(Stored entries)
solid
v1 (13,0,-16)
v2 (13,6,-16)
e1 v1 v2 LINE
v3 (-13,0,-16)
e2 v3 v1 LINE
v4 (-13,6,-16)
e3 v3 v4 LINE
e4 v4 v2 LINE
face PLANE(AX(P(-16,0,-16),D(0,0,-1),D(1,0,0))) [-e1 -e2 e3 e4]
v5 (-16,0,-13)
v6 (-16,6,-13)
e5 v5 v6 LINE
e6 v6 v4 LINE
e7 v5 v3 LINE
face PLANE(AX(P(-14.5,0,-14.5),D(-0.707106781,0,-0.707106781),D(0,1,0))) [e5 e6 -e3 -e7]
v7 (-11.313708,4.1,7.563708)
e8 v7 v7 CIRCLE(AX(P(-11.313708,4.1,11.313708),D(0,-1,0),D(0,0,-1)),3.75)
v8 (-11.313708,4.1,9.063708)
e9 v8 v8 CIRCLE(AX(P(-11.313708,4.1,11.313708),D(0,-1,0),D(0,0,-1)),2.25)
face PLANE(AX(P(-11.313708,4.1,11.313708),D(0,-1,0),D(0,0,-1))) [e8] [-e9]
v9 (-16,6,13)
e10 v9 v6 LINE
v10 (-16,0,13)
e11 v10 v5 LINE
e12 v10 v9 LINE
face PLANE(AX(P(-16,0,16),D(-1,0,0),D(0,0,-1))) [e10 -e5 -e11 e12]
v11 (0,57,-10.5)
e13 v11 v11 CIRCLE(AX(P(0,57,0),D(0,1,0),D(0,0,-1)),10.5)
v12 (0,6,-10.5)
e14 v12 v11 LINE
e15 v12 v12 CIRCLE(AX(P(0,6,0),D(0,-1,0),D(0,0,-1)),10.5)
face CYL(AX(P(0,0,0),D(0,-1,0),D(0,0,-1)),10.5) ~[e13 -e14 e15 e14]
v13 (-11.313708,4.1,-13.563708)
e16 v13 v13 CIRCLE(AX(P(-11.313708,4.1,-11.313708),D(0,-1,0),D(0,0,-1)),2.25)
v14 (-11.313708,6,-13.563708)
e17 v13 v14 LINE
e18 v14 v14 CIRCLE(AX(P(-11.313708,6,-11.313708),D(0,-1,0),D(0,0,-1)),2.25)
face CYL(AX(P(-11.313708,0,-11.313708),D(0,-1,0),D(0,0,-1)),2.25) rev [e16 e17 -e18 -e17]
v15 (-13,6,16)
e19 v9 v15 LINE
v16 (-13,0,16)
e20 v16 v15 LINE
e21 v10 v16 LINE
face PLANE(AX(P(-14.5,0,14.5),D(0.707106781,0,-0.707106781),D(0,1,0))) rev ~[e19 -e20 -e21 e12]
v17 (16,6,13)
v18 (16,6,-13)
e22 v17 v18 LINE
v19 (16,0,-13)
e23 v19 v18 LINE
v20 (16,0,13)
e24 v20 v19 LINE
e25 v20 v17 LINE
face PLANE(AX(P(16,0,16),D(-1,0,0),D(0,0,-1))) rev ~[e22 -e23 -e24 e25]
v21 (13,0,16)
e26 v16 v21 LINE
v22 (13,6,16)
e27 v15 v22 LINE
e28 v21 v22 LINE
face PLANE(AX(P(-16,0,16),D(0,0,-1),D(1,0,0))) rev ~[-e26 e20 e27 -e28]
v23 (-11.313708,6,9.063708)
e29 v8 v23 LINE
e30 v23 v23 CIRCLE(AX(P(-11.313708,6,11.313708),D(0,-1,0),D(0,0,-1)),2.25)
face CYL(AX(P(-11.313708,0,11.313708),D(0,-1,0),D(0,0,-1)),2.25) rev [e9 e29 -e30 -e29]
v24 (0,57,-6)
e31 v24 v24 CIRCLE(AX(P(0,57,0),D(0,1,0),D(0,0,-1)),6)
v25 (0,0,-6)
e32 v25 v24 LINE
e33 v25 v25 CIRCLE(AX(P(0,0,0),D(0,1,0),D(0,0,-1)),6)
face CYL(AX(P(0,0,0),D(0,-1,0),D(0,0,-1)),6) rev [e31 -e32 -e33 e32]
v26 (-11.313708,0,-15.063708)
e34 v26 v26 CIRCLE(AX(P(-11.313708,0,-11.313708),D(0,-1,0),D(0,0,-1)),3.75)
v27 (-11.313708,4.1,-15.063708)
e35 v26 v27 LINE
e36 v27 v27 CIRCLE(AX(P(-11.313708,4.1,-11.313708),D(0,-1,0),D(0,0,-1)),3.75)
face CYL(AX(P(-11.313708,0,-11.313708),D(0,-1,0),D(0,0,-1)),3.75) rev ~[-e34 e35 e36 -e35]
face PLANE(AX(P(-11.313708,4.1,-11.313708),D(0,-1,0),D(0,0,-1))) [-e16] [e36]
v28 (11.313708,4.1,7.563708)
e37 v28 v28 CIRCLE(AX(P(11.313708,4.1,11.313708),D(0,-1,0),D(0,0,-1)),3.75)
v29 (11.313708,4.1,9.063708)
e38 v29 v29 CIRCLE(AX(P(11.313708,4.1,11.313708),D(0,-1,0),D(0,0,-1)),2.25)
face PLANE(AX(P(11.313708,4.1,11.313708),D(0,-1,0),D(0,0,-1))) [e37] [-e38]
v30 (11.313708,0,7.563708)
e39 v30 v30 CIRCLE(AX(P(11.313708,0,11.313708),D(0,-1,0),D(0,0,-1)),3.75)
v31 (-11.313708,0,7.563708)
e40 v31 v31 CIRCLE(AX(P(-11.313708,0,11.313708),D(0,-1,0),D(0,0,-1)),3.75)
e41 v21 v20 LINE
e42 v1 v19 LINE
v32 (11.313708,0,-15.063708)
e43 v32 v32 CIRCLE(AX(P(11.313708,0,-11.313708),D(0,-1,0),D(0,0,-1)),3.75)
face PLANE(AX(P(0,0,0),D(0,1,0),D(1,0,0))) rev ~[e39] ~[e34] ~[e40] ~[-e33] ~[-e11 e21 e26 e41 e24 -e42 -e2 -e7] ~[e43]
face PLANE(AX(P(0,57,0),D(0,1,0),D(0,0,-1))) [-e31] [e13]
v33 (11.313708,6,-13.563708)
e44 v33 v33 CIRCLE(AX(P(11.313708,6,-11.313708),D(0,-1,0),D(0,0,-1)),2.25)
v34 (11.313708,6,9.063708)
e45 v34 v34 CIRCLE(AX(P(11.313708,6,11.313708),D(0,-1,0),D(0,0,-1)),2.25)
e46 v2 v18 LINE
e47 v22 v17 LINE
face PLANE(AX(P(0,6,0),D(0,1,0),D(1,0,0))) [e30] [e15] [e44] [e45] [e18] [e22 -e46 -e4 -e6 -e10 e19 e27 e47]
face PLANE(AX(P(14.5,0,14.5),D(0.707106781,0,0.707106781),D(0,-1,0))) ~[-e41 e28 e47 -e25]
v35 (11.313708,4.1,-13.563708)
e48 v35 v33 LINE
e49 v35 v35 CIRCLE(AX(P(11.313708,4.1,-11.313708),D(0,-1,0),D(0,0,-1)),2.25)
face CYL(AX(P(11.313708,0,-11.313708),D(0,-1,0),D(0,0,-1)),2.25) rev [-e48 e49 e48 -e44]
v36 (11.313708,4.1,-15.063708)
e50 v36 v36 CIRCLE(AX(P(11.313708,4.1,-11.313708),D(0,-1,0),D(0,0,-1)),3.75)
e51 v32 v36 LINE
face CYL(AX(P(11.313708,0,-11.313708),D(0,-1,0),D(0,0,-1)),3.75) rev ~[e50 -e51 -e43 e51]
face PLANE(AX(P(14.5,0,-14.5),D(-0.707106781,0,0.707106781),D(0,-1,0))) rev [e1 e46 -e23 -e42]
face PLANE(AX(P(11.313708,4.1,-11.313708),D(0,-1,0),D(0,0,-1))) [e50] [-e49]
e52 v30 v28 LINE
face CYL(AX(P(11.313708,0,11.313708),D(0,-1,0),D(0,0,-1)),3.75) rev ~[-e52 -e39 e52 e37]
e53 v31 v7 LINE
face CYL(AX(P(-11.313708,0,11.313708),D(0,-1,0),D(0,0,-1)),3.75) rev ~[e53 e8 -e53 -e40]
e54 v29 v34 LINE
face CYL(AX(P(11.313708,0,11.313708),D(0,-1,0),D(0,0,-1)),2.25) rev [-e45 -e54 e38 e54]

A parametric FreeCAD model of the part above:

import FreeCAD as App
import Part
import Sketcher

V = App.Vector
Q = App.Units.Quantity


def edges_at(feature, points):
    """Names of the edges that pass closest to the given points."""
    edges = feature.Shape.Edges
    near = lambda p: min(range(len(edges)), key=lambda i: edges[i].distToShape(Part.Vertex(*p))[0])
    return sorted({f"Edge{near(p) + 1}" for p in points})

doc = App.newDocument("Part")
params = doc.addObject("Spreadsheet::Sheet", "Params")
for row, (alias, value) in enumerate([
    ("sketch1_diameter", "21 mm"),
    ("sketch1_diameter2", "12 mm"),
    ("pad1_length", "57 mm"),
    ("sketch2_diameter", "12 mm"),
    ("sketch2_width", "32 mm"),
    ("pad2_length", "6 mm"),
    ("sketch3_diameter", "4.5 mm"),
    ("chamfer_size", "3 mm"),
    ("sketch4_diameter", "7.5 mm"),
    ("pocket2_length", "4.1 mm"),
], start=1):
    params.set(f"A{row}", alias)
    params.set(f"B{row}", "=" + value)
    params.setAlias(f"B{row}", alias)

body = doc.addObject("PartDesign::Body", "Body")

sketch1 = body.newObject("Sketcher::SketchObject", "Sketch")
sketch1.AttachmentSupport = (doc.getObject("XZ_Plane"), [""])
sketch1.MapMode = "FlatFace"
sketch1.addGeometry([
    Part.Circle(V(0, 0, 0), V(0, 0, 1), 10),
    Part.Circle(V(0, 0, 0), V(0, 0, 1), 6),
], False)
sketch1.addConstraint([
    Sketcher.Constraint("Coincident", 0, 3, -1, 1),
    Sketcher.Constraint("Coincident", 1, 3, -1, 1),
    Sketcher.Constraint("Diameter", 0, Q("21 mm")),
    Sketcher.Constraint("Diameter", 1, Q("12 mm")),
])
sketch1.setExpression("Constraints[2]", "Params.sketch1_diameter")
sketch1.setExpression("Constraints[3]", "Params.sketch1_diameter2")
pad1 = body.newObject("PartDesign::Pad", "Pad")
pad1.Profile = sketch1
pad1.setExpression("Length", "Params.pad1_length")
pad1.Reversed = True

sketch2 = body.newObject("Sketcher::SketchObject", "Sketch001")
sketch2.AttachmentSupport = (doc.getObject("XZ_Plane"), [""])
sketch2.MapMode = "FlatFace"
sketch2.addGeometry([
    Part.LineSegment(V(-16, -16, 0), V(-16, 16, 0)),
    Part.LineSegment(V(-16, 16, 0), V(16, 16, 0)),
    Part.LineSegment(V(16, 16, 0), V(16, -16, 0)),
    Part.LineSegment(V(16, -16, 0), V(-16, -16, 0)),
    Part.Circle(V(0, 0, 0), V(0, 0, 1), 6),
], False)
sketch2.addConstraint([
    Sketcher.Constraint("Coincident", 0, 2, 1, 1),
    Sketcher.Constraint("Coincident", 1, 2, 2, 1),
    Sketcher.Constraint("Coincident", 2, 2, 3, 1),
    Sketcher.Constraint("Coincident", 3, 2, 0, 1),
    Sketcher.Constraint("Vertical", 0),
    Sketcher.Constraint("Horizontal", 1),
    Sketcher.Constraint("Vertical", 2),
    Sketcher.Constraint("Horizontal", 3),
    Sketcher.Constraint("Coincident", 4, 3, -1, 1),
    Sketcher.Constraint("Symmetric", 0, 2, 2, 2, -1, 1),
    Sketcher.Constraint("Equal", 3, 0),
    Sketcher.Constraint("Diameter", 4, Q("12 mm")),
    Sketcher.Constraint("DistanceX", 1, 1, 1, 2, Q("32 mm")),
])
sketch2.setExpression("Constraints[11]", "Params.sketch2_diameter")
sketch2.setExpression("Constraints[12]", "Params.sketch2_width")
pad2 = body.newObject("PartDesign::Pad", "Pad001")
pad2.Profile = sketch2
pad2.setExpression("Length", "Params.pad2_length")
pad2.Reversed = True

sketch3 = body.newObject("Sketcher::SketchObject", "Sketch002")
sketch3.AttachmentSupport = (doc.getObject("XZ_Plane"), [""])
sketch3.MapMode = "FlatFace"
sketch3.addGeometry([
    Part.Circle(V(-11.3, -11.3, 0), V(0, 0, 1), 2.2),
    Part.Circle(V(-11.3, 11.3, 0), V(0, 0, 1), 2.2),
    Part.Circle(V(11.3, 11.3, 0), V(0, 0, 1), 2.2),
    Part.Circle(V(11.3, -11.3, 0), V(0, 0, 1), 2.2),
], False)
sketch3.addConstraint([
    Sketcher.Constraint("Equal", 0, 1),
    Sketcher.Constraint("Equal", 1, 2),
    Sketcher.Constraint("Equal", 2, 3),
    Sketcher.Constraint("Symmetric", 0, 3, 2, 3, -1, 1),
    Sketcher.Constraint("Symmetric", 1, 3, 3, 3, -1, 1),
    Sketcher.Constraint("Symmetric", 1, 3, 2, 3, -2),
    Sketcher.Constraint("Diameter", 0, Q("4.5 mm")),
    Sketcher.Constraint("DistanceX", 0, 3, -1, 1, Q("11.313708 mm")),
    Sketcher.Constraint("DistanceY", 0, 3, -1, 1, Q("11.313708 mm")),
])
sketch3.setExpression("Constraints[6]", "Params.sketch3_diameter")
pocket1 = body.newObject("PartDesign::Pocket", "Pocket")
pocket1.Profile = sketch3
pocket1.Type = "ThroughAll"
doc.recompute()

chamfer = body.newObject("PartDesign::Chamfer", "Chamfer")
chamfer.Base = (pocket1, edges_at(pocket1, [
    (16, 3, 16),
    (16, 3, -16),
    (-16, 3, -16),
    (-16, 3, 16),
]))
chamfer.setExpression("Size", "Params.chamfer_size")

sketch4 = body.newObject("Sketcher::SketchObject", "Sketch003")
sketch4.AttachmentSupport = (doc.getObject("XZ_Plane"), [""])
sketch4.MapMode = "FlatFace"
sketch4.addGeometry([
    Part.Circle(V(-11.3, 11.3, 0), V(0, 0, 1), 3.8),
    Part.Circle(V(11.3, 11.3, 0), V(0, 0, 1), 3.8),
    Part.Circle(V(11.3, -11.3, 0), V(0, 0, 1), 3.8),
    Part.Circle(V(-11.3, -11.3, 0), V(0, 0, 1), 3.8),
], False)
sketch4.addConstraint([
    Sketcher.Constraint("Equal", 0, 1),
    Sketcher.Constraint("Equal", 1, 2),
    Sketcher.Constraint("Equal", 2, 3),
    Sketcher.Constraint("Symmetric", 0, 3, 2, 3, -1, 1),
    Sketcher.Constraint("Symmetric", 1, 3, 3, 3, -1, 1),
    Sketcher.Constraint("Symmetric", 0, 3, 1, 3, -2),
    Sketcher.Constraint("Diameter", 0, Q("7.5 mm")),
    Sketcher.Constraint("DistanceX", 0, 3, -1, 1, Q("11.313708 mm")),
    Sketcher.Constraint("DistanceY", -1, 1, 0, 3, Q("11.313708 mm")),
])
sketch4.setExpression("Constraints[6]", "Params.sketch4_diameter")
pocket2 = body.newObject("PartDesign::Pocket", "Pocket001")
pocket2.Profile = sketch4
pocket2.setExpression("Length", "Params.pocket2_length")

doc.recompute()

**WHAT YOU HAVE TO DO:** Taking the records from the top, repeat each line exactly until you have repeated the line that contains "v26 (-11.313708,0,-15.063708)".

**RESPONSE TO THIS TASK:**
solid
v1 (13,0,-16)
v2 (13,6,-16)
e1 v1 v2 LINE
v3 (-13,0,-16)
e2 v3 v1 LINE
v4 (-13,6,-16)
e3 v3 v4 LINE
e4 v4 v2 LINE
face PLANE(AX(P(-16,0,-16),D(0,0,-1),D(1,0,0))) [-e1 -e2 e3 e4]
v5 (-16,0,-13)
v6 (-16,6,-13)
e5 v5 v6 LINE
e6 v6 v4 LINE
e7 v5 v3 LINE
face PLANE(AX(P(-14.5,0,-14.5),D(-0.707106781,0,-0.707106781),D(0,1,0))) [e5 e6 -e3 -e7]
v7 (-11.313708,4.1,7.563708)
e8 v7 v7 CIRCLE(AX(P(-11.313708,4.1,11.313708),D(0,-1,0),D(0,0,-1)),3.75)
v8 (-11.313708,4.1,9.063708)
e9 v8 v8 CIRCLE(AX(P(-11.313708,4.1,11.313708),D(0,-1,0),D(0,0,-1)),2.25)
face PLANE(AX(P(-11.313708,4.1,11.313708),D(0,-1,0),D(0,0,-1))) [e8] [-e9]
v9 (-16,6,13)
e10 v9 v6 LINE
v10 (-16,0,13)
e11 v10 v5 LINE
e12 v10 v9 LINE
face PLANE(AX(P(-16,0,16),D(-1,0,0),D(0,0,-1))) [e10 -e5 -e11 e12]
v11 (0,57,-10.5)
e13 v11 v11 CIRCLE(AX(P(0,57,0),D(0,1,0),D(0,0,-1)),10.5)
v12 (0,6,-10.5)
e14 v12 v11 LINE
e15 v12 v12 CIRCLE(AX(P(0,6,0),D(0,-1,0),D(0,0,-1)),10.5)
face CYL(AX(P(0,0,0),D(0,-1,0),D(0,0,-1)),10.5) ~[e13 -e14 e15 e14]
v13 (-11.313708,4.1,-13.563708)
e16 v13 v13 CIRCLE(AX(P(-11.313708,4.1,-11.313708),D(0,-1,0),D(0,0,-1)),2.25)
v14 (-11.313708,6,-13.563708)
e17 v13 v14 LINE
e18 v14 v14 CIRCLE(AX(P(-11.313708,6,-11.313708),D(0,-1,0),D(0,0,-1)),2.25)
face CYL(AX(P(-11.313708,0,-11.313708),D(0,-1,0),D(0,0,-1)),2.25) rev [e16 e17 -e18 -e17]
v15 (-13,6,16)
e19 v9 v15 LINE
v16 (-13,0,16)
e20 v16 v15 LINE
e21 v10 v16 LINE
face PLANE(AX(P(-14.5,0,14.5),D(0.707106781,0,-0.707106781),D(0,1,0))) rev ~[e19 -e20 -e21 e12]
v17 (16,6,13)
v18 (16,6,-13)
e22 v17 v18 LINE
v19 (16,0,-13)
e23 v19 v18 LINE
v20 (16,0,13)
e24 v20 v19 LINE
e25 v20 v17 LINE
face PLANE(AX(P(16,0,16),D(-1,0,0),D(0,0,-1))) rev ~[e22 -e23 -e24 e25]
v21 (13,0,16)
e26 v16 v21 LINE
v22 (13,6,16)
e27 v15 v22 LINE
e28 v21 v22 LINE
face PLANE(AX(P(-16,0,16),D(0,0,-1),D(1,0,0))) rev ~[-e26 e20 e27 -e28]
v23 (-11.313708,6,9.063708)
e29 v8 v23 LINE
e30 v23 v23 CIRCLE(AX(P(-11.313708,6,11.313708),D(0,-1,0),D(0,0,-1)),2.25)
face CYL(AX(P(-11.313708,0,11.313708),D(0,-1,0),D(0,0,-1)),2.25) rev [e9 e29 -e30 -e29]
v24 (0,57,-6)
e31 v24 v24 CIRCLE(AX(P(0,57,0),D(0,1,0),D(0,0,-1)),6)
v25 (0,0,-6)
e32 v25 v24 LINE
e33 v25 v25 CIRCLE(AX(P(0,0,0),D(0,1,0),D(0,0,-1)),6)
face CYL(AX(P(0,0,0),D(0,-1,0),D(0,0,-1)),6) rev [e31 -e32 -e33 e32]
v26 (-11.313708,0,-15.063708)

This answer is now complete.